■ **TO DO**
Using the material that follows, work out how many lines include the word "ThreePointArc". Your answer should be that number only.

■ **SOURCE MATERIAL**
##############################

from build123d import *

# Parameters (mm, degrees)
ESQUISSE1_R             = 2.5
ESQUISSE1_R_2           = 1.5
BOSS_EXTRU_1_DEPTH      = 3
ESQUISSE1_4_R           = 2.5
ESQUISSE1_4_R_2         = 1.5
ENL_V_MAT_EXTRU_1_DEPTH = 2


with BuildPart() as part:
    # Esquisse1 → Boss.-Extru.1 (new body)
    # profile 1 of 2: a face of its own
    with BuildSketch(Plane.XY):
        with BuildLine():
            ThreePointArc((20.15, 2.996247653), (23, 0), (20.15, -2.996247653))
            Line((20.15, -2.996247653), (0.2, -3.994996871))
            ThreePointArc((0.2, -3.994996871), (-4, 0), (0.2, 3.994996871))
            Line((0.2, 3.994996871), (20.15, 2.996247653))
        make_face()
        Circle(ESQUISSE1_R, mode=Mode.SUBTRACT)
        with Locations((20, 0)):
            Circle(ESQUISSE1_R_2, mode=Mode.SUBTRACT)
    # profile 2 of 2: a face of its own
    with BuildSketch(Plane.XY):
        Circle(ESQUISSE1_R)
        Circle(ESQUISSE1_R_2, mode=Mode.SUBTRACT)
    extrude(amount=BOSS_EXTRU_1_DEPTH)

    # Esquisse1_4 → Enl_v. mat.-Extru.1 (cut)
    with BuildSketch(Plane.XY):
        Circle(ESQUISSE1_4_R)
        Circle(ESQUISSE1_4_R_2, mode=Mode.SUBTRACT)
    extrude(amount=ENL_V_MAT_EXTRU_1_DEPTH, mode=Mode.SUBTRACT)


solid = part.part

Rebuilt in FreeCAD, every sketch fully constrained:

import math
import FreeCAD as App
import Part
import Sketcher
Q = App.Units.Quantity

doc = App.newDocument("Part")
body = doc.addObject("PartDesign::Body", "Body")

# Sketch on XY plane
sketch1 = body.newObject("Sketcher::SketchObject", "Sketch")
sketch1.AttachmentSupport = (doc.getObject("XY_Plane"), [""])
sketch1.MapMode = "FlatFace"
sketch1.addGeometry([
    Part.ArcOfCircle(Part.Circle(App.Vector(20, 0, 0), App.Vector(0, 0, 1), 3), math.radians(-87), math.radians(87)),  # 0
    Part.LineSegment(App.Vector(20.1, 3, 0), App.Vector(0.2, 4, 0)),  # 1
    Part.ArcOfCircle(Part.Circle(App.Vector(0, 0, 0), App.Vector(0, 0, 1), 4), math.radians(87), math.radians(273)),  # 2
    Part.LineSegment(App.Vector(0.2, -4, 0), App.Vector(20.1, -3, 0)),  # 3
    Part.Circle(App.Vector(20, 0, 0), App.Vector(0, 0, 1), 1.5),  # 4
    Part.Circle(App.Vector(0, 0, 0), App.Vector(0, 0, 1), 1.5),  # 5
], False)
sketch1.addConstraint([
    Sketcher.Constraint("Tangent", 0, 2, 1, 1),
    Sketcher.Constraint("Tangent", 1, 2, 2, 1),
    Sketcher.Constraint("Tangent", 2, 2, 3, 1),
    Sketcher.Constraint("Tangent", 3, 2, 0, 1),
    Sketcher.Constraint("Coincident", 2, 3, -1, 1),
    Sketcher.Constraint("Coincident", 5, 3, -1, 1),
    Sketcher.Constraint("Coincident", 4, 3, 0, 3),
    Sketcher.Constraint("Equal", 4, 5),
    Sketcher.Constraint("PointOnObject", 0, 3, -1),
    Sketcher.Constraint("Diameter", 4, Q("3 mm")),
    Sketcher.Constraint("Radius", 0, Q("3 mm")),
    Sketcher.Constraint("Radius", 2, Q("4 mm")),
    Sketcher.Constraint("DistanceX", -1, 1, 0, 3, Q("20 mm")),
])
pad1 = body.newObject("PartDesign::Pad", "Pad")
pad1.Profile = sketch1
pad1.Length = 3

# Sketch on XY plane
sketch2 = body.newObject("Sketcher::SketchObject", "Sketch001")
sketch2.AttachmentSupport = (doc.getObject("XY_Plane"), [""])
sketch2.MapMode = "FlatFace"
sketch2.addGeometry([
    Part.Circle(App.Vector(0, 0, 0), App.Vector(0, 0, 1), 2.5),
    Part.Circle(App.Vector(0, 0, 0), App.Vector(0, 0, 1), 1.5),
], False)
sketch2.addConstraint([
    Sketcher.Constraint("Coincident", 0, 3, -1, 1),
    Sketcher.Constraint("Coincident", 1, 3, -1, 1),
    Sketcher.Constraint("Diameter", 0, Q("5 mm")),
    Sketcher.Constraint("Diameter", 1, Q("3 mm")),
])
pocket1 = body.newObject("PartDesign::Pocket", "Pocket")
pocket1.Profile = sketch2
pocket1.Length = 2
pocket1.Reversed = True

doc.recompute()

##############################

■ **YOUR RESPONSE**
2